Sex, Whipping, and Pottage in Stepney - benbreen
https://thesocialhistorian.wordpress.com/2015/06/06/sex-whipping-and-pottage-in-stepney/
======
esloanpa
This is a fun read and describes a lot of the social "types" seen in
Shakespeare's London. The thing that interested me the most was the discussion
of the scold, a figure that makes a lot of appearances in art from the time.
The scold, the over-domineering woman who beat/verbally humiliated her
husband, was a character that seemed to provoke a fair amount of anxiety in
people during this time. An unruly woman like a scold was thought to represent
a house in disorder, and was seen as the result of a husband's failure to
adequately assert his masculine authority.

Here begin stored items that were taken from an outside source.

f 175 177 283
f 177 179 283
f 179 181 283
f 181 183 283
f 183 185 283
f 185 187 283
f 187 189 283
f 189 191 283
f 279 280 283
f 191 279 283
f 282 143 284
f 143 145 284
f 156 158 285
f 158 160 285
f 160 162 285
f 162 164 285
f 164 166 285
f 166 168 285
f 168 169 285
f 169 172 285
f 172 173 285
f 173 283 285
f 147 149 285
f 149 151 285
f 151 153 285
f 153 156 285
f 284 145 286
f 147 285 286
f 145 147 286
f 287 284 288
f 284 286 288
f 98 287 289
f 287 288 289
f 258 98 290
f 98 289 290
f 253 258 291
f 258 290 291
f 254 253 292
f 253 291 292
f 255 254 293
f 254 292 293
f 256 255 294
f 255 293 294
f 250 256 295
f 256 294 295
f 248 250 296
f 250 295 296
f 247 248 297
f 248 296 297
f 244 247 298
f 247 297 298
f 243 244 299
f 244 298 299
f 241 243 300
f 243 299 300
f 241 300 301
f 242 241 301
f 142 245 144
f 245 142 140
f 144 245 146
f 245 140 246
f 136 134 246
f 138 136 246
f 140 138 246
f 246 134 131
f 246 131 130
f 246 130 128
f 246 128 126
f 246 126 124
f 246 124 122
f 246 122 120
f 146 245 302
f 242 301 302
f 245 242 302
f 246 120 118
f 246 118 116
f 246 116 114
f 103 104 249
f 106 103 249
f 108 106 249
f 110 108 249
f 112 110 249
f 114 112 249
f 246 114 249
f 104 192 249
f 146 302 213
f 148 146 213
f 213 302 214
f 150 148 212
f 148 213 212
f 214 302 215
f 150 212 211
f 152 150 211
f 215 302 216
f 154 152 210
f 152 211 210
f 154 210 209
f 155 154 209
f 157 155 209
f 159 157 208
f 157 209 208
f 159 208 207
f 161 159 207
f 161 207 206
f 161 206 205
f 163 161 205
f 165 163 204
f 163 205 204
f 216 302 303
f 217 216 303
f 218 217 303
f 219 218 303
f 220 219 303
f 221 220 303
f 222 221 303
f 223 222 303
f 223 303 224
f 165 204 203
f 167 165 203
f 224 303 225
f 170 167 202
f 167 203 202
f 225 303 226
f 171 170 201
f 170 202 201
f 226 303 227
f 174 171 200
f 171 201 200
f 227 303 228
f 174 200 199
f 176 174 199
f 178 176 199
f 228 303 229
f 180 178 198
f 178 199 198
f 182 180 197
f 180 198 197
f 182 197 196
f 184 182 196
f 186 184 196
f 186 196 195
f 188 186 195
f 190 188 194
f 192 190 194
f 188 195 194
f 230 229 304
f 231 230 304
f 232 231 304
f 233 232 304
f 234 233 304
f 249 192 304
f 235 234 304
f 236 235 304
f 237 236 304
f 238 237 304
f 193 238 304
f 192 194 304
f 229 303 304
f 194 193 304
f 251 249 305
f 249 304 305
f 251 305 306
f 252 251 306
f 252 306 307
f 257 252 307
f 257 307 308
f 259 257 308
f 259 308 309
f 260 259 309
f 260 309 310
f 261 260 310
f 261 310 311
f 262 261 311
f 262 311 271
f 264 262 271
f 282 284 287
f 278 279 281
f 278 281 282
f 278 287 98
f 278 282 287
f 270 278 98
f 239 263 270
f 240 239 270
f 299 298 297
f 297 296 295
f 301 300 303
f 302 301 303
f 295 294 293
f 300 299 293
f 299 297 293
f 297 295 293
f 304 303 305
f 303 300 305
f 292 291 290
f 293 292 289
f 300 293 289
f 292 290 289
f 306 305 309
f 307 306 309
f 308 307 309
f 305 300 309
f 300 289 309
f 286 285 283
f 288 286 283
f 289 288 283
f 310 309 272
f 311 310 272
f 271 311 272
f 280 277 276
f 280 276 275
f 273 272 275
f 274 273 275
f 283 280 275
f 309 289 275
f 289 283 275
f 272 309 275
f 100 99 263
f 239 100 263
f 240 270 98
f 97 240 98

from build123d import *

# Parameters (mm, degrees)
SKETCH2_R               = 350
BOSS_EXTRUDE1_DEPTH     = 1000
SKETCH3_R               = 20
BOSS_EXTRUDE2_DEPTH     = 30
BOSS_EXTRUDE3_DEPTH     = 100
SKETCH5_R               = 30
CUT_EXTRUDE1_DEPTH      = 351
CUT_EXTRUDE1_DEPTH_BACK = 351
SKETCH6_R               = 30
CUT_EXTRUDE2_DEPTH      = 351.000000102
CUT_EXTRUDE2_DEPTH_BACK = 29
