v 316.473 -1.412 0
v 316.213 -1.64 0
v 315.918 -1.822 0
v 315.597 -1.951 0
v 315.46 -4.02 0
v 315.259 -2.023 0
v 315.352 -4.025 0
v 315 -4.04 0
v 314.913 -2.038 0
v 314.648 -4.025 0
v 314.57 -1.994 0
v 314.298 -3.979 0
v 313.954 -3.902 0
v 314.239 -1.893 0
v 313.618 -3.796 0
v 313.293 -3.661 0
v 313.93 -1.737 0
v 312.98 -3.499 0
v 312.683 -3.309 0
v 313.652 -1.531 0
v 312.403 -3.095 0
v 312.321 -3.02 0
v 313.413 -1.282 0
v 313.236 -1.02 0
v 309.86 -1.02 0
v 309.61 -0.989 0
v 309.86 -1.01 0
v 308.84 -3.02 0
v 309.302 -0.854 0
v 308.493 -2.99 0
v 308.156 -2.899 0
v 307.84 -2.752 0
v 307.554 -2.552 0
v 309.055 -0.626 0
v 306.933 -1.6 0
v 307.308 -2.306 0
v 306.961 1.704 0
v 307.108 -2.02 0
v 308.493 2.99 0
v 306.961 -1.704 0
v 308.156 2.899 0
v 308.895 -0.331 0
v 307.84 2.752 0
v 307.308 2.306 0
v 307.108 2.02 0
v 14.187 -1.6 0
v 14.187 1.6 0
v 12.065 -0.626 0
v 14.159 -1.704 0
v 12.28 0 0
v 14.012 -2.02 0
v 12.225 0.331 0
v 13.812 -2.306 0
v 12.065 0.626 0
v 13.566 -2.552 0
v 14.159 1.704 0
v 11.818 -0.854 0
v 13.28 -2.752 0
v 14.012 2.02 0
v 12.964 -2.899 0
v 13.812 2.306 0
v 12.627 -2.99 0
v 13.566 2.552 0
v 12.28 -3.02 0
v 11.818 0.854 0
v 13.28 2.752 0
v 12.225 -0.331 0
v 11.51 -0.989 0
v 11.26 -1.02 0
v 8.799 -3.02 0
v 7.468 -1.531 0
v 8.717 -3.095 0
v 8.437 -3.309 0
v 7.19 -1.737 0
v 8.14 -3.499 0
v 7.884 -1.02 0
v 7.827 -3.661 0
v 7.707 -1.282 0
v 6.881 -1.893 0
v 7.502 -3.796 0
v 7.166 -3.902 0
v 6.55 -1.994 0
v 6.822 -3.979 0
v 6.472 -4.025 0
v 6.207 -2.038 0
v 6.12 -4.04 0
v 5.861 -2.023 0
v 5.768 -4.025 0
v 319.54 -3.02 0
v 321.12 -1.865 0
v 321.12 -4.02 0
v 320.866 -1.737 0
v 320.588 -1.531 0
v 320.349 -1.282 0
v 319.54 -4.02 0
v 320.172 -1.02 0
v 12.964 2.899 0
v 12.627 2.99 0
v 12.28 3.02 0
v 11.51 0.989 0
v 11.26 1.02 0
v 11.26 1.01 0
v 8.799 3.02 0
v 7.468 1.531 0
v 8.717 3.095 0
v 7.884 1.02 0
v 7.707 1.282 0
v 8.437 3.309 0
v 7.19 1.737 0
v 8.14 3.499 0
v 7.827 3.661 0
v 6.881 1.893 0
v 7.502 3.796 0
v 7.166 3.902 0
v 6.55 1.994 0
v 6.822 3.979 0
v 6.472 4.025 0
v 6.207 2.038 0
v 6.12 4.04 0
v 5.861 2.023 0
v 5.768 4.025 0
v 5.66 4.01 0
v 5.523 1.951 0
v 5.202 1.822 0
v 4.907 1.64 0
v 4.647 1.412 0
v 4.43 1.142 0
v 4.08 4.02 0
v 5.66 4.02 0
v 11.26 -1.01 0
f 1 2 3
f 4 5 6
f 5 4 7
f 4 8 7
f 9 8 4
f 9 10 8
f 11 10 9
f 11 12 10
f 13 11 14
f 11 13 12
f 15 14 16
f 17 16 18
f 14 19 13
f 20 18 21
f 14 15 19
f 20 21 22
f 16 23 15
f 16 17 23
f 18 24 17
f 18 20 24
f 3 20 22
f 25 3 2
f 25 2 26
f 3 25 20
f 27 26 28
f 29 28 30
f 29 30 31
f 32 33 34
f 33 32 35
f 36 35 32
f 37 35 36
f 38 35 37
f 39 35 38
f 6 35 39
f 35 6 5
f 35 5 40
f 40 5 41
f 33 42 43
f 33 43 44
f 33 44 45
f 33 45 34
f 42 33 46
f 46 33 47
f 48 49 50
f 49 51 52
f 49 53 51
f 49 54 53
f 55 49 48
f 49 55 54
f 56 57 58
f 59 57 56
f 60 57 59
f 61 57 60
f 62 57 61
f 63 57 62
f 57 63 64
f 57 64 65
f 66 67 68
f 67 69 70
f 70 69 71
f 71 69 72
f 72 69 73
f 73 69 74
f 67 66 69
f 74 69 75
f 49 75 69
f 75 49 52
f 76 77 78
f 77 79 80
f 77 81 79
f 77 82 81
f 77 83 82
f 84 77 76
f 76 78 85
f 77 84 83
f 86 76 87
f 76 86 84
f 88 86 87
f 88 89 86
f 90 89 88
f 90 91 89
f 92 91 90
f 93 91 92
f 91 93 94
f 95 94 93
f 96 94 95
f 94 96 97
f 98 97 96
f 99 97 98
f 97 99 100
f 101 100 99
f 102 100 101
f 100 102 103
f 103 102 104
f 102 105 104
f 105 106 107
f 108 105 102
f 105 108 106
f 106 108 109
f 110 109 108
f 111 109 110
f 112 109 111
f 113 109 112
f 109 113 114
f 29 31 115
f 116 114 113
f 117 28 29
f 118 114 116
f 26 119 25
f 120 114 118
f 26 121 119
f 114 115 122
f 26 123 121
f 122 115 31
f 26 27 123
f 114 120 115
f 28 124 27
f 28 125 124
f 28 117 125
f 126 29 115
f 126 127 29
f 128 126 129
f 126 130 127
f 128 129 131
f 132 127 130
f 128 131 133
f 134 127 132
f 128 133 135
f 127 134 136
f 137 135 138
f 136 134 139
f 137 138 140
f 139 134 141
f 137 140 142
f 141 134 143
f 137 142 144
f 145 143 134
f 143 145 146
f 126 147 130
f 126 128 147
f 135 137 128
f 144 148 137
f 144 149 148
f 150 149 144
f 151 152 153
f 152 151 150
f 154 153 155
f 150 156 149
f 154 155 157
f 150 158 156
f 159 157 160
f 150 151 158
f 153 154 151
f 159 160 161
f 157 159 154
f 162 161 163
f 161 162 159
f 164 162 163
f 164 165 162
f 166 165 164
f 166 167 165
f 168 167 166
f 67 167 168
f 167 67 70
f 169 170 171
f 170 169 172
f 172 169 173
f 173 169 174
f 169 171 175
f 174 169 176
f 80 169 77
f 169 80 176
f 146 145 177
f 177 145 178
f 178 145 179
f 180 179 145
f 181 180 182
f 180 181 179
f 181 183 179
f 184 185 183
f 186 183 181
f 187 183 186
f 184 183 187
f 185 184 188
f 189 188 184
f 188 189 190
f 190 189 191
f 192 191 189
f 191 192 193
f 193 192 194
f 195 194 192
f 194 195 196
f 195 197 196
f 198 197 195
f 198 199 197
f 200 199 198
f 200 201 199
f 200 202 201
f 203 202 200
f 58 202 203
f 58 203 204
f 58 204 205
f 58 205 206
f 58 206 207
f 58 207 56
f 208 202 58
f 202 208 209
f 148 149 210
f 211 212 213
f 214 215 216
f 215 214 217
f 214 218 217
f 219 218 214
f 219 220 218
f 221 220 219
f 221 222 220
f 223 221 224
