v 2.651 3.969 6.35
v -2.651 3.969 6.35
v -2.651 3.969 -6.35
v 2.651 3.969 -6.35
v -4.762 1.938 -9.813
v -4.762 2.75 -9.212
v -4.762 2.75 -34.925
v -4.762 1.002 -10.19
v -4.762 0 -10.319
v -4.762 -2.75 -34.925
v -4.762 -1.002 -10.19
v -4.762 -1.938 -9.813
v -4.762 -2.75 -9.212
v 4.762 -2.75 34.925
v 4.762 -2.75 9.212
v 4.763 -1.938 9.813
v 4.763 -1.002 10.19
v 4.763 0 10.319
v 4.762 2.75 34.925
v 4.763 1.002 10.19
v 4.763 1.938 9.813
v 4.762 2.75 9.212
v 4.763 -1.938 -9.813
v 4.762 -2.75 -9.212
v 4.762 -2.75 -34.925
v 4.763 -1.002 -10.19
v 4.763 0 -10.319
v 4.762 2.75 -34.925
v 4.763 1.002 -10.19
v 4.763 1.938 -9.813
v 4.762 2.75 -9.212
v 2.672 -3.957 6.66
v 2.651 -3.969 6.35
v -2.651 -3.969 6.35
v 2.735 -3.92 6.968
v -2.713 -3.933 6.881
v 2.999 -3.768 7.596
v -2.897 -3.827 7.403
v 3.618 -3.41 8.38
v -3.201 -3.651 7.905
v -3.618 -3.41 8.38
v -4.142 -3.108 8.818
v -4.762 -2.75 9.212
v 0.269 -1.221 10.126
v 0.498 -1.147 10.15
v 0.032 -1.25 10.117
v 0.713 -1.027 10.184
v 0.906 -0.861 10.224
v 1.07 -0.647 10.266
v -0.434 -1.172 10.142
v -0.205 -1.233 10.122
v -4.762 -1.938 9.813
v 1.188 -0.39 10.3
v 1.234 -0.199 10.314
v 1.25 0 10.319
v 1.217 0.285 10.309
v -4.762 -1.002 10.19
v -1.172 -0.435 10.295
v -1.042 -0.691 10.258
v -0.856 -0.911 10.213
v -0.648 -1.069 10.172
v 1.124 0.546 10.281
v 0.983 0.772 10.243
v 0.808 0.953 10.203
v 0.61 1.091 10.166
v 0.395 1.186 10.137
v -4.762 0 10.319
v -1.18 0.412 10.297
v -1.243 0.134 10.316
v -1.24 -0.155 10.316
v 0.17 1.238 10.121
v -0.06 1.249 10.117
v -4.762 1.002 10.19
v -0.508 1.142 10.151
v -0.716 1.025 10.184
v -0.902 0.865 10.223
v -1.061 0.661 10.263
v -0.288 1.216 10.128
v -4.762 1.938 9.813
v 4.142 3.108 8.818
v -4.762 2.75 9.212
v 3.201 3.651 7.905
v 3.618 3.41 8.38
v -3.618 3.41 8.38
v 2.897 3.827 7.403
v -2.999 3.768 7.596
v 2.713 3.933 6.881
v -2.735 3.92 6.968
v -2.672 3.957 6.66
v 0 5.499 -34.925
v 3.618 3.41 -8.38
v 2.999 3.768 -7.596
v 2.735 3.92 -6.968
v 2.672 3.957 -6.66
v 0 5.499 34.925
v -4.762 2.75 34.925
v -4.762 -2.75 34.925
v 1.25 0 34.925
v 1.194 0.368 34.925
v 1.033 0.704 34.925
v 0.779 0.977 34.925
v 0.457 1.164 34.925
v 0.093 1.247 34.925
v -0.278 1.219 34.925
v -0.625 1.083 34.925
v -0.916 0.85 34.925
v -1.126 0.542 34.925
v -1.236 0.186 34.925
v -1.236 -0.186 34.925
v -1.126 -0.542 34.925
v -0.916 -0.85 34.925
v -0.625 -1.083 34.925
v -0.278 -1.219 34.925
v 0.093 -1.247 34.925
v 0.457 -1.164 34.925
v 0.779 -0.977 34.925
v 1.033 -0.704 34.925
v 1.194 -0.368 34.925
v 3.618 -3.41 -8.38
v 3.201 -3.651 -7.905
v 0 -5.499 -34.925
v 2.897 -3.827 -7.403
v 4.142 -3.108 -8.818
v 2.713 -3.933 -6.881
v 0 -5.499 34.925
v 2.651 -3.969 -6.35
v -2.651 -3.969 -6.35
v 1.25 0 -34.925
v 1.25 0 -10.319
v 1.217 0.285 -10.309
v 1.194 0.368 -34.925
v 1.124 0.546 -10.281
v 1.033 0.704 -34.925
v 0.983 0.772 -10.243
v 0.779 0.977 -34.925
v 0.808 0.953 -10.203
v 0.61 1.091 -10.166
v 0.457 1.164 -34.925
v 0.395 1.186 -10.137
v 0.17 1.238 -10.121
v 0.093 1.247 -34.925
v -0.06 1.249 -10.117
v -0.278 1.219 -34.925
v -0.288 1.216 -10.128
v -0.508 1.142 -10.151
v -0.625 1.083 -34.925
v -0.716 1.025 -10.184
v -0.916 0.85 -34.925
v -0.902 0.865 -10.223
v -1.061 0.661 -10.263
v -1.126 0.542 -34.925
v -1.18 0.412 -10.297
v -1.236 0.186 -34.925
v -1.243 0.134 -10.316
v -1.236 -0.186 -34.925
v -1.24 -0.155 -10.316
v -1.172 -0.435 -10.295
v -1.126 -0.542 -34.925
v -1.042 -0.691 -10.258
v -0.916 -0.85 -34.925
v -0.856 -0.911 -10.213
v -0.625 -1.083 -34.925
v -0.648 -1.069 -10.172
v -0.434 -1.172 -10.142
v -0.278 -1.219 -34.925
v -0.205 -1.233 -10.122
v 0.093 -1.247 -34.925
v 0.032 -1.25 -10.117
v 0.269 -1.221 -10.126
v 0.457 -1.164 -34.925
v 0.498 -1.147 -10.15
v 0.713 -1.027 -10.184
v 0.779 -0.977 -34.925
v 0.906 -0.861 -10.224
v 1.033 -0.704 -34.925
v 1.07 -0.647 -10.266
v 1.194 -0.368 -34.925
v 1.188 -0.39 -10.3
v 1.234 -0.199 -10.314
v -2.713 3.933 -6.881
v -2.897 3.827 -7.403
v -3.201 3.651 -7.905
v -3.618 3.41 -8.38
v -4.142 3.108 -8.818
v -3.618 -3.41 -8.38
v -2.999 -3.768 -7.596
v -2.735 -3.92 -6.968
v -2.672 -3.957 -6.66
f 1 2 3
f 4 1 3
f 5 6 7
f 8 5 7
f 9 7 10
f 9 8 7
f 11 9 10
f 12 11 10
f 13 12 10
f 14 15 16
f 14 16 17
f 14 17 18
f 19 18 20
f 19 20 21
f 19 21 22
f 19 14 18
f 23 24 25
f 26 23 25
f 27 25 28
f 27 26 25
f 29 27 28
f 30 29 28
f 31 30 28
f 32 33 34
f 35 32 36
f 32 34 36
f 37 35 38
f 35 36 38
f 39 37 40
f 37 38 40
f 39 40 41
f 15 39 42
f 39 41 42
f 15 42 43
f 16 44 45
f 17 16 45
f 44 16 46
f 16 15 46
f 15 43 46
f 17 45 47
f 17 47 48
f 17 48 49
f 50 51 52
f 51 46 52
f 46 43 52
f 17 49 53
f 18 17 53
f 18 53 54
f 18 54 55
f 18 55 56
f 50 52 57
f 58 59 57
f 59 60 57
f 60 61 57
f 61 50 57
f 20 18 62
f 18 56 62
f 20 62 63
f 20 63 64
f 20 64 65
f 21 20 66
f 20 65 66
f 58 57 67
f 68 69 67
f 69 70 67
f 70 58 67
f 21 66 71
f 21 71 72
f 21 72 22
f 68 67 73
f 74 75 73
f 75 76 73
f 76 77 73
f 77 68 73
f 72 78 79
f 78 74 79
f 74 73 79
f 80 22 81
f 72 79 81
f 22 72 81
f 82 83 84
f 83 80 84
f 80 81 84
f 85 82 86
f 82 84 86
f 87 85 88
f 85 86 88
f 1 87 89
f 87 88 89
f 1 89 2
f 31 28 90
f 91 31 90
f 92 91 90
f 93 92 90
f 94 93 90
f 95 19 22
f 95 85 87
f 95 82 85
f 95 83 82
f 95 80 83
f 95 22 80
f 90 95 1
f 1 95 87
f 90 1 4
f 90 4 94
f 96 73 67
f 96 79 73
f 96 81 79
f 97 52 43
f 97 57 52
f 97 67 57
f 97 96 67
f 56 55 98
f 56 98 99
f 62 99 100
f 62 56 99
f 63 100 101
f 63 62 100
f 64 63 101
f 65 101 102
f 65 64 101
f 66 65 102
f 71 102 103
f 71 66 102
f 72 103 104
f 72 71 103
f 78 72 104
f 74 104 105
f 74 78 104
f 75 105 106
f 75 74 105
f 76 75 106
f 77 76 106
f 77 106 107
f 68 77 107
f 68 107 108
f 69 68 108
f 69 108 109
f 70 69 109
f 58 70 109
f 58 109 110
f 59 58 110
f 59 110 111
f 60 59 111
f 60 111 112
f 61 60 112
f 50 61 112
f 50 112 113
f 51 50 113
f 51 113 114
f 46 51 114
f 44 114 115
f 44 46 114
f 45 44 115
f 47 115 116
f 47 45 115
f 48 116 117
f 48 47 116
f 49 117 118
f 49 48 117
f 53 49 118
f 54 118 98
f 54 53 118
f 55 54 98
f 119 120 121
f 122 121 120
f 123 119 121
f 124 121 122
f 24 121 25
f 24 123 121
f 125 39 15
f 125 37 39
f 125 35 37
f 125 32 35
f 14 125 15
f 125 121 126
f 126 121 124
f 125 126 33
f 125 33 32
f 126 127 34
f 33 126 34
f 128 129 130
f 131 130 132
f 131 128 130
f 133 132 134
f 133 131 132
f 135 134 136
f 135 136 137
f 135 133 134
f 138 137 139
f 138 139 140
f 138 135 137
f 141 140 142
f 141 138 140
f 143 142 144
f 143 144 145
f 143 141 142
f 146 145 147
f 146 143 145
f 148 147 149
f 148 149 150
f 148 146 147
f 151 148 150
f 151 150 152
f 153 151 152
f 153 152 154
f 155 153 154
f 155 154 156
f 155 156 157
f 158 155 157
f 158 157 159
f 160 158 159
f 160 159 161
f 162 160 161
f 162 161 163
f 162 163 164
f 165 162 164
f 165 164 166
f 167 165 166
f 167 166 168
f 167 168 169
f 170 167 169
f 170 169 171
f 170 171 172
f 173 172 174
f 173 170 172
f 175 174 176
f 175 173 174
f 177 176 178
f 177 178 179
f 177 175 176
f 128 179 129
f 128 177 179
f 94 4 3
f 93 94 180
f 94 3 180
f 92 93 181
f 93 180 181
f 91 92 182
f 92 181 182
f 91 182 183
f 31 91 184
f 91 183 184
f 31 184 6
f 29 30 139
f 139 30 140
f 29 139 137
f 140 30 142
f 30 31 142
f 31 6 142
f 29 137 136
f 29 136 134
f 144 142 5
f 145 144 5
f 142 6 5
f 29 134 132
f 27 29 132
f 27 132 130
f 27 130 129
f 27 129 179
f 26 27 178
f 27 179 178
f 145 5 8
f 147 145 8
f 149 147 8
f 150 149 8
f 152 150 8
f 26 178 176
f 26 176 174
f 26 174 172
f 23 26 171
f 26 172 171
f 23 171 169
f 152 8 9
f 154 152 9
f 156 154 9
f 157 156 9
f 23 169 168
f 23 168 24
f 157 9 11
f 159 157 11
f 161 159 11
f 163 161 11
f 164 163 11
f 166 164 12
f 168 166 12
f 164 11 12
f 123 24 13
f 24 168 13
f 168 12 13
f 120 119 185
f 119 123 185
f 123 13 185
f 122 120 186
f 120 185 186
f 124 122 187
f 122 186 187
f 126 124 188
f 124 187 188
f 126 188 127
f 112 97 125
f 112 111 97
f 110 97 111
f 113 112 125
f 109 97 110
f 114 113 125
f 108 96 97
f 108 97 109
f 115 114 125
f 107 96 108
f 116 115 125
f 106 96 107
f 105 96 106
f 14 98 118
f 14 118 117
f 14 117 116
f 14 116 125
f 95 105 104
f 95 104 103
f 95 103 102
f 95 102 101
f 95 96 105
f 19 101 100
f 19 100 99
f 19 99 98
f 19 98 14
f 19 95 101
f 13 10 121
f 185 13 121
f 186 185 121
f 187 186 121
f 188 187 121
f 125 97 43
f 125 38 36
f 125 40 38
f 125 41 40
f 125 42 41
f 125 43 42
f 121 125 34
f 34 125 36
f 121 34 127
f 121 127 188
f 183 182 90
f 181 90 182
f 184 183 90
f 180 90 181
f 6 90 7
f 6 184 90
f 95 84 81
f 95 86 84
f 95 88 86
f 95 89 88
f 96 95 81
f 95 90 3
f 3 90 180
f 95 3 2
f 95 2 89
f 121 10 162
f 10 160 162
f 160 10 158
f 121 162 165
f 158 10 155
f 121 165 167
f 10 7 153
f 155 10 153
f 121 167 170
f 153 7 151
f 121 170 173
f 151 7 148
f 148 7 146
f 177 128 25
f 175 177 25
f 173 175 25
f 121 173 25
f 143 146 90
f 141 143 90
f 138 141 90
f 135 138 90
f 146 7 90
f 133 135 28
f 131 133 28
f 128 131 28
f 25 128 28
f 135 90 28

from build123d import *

# Parameters (mm, degrees)
BOSS_EXTRUDE1_DEPTH     = 34.925
CUT_EXTRUDE4_DEPTH      = 36.674625524
CUT_EXTRUDE4_DEPTH_BACK = 36.674625524
CUT_EXTRUDE5_DEPTH      = 36.674625524
CUT_EXTRUDE5_DEPTH_BACK = 36.674625524
SKETCH6_R               = 1.25


with BuildPart() as part:
    # Sketch1 → Boss-Extrude1 (new, symmetric)
    with BuildSketch(Plane.XY):
        Polygon((0, 5.499261314), (-4.7625, 2.749630657), (-4.7625, -2.749630657), (0, -5.499261314), (4.7625, -2.749630657), (4.7625, 2.749630657), align=None)
    extrude(amount=BOSS_EXTRUDE1_DEPTH, both=True)

    # Sketch5 → Cut-Extrude4 (cut, two sides: drawn at the far end of the back side and taken through both)
    with BuildSketch(Plane(origin=(0, 0, 0), x_dir=(0, 0, -1), z_dir=(1, 0, 0)).offset(-CUT_EXTRUDE4_DEPTH_BACK)):
        with BuildLine():
            Line((-6.35, 3.96875), (6.35, 3.96875))
            ThreePointArc((6.35, 3.96875), (10.31875, 0), (6.35, -3.96875))
            Line((6.35, -3.96875), (-6.35, -3.96875))
            ThreePointArc((-6.35, -3.96875), (-10.31875, 0), (-6.35, 3.96875))
        make_face()
    extrude(amount=CUT_EXTRUDE4_DEPTH + CUT_EXTRUDE4_DEPTH_BACK, mode=Mode.SUBTRACT)

    # Sketch6 → Cut-Extrude5 (cut, two sides: drawn at the far end of the back side and taken through both)
    with BuildSketch(Plane.XY.offset(-CUT_EXTRUDE5_DEPTH_BACK)):
        Circle(SKETCH6_R)
    extrude(amount=CUT_EXTRUDE5_DEPTH + CUT_EXTRUDE5_DEPTH_BACK, mode=Mode.SUBTRACT)


solid = part.part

To counter the behavior of the
scold, a husband could employ a number of strategies, including the scold's
bridle, which you can see here: [http://bit.ly/1QTuxrU](http://bit.ly/1QTuxrU)
and here: [http://bit.ly/1PedRgu](http://bit.ly/1PedRgu) It's an amazing
historical artifact of a time when female speech was particularly feared. The
idea of a man walking his wife on a leash is particularly jarring, and I find
it impossible to imagine that such things were ever actually the case...but
lots of woodcuts seem to indicate it was.

Have questions about the culture of the Renaissance, or Shakespeare in
general? I'd love to answer them. I'm a Shakespearean working in a SaaS
company and love to talk about the wild period that his plays came from. Let's
talk!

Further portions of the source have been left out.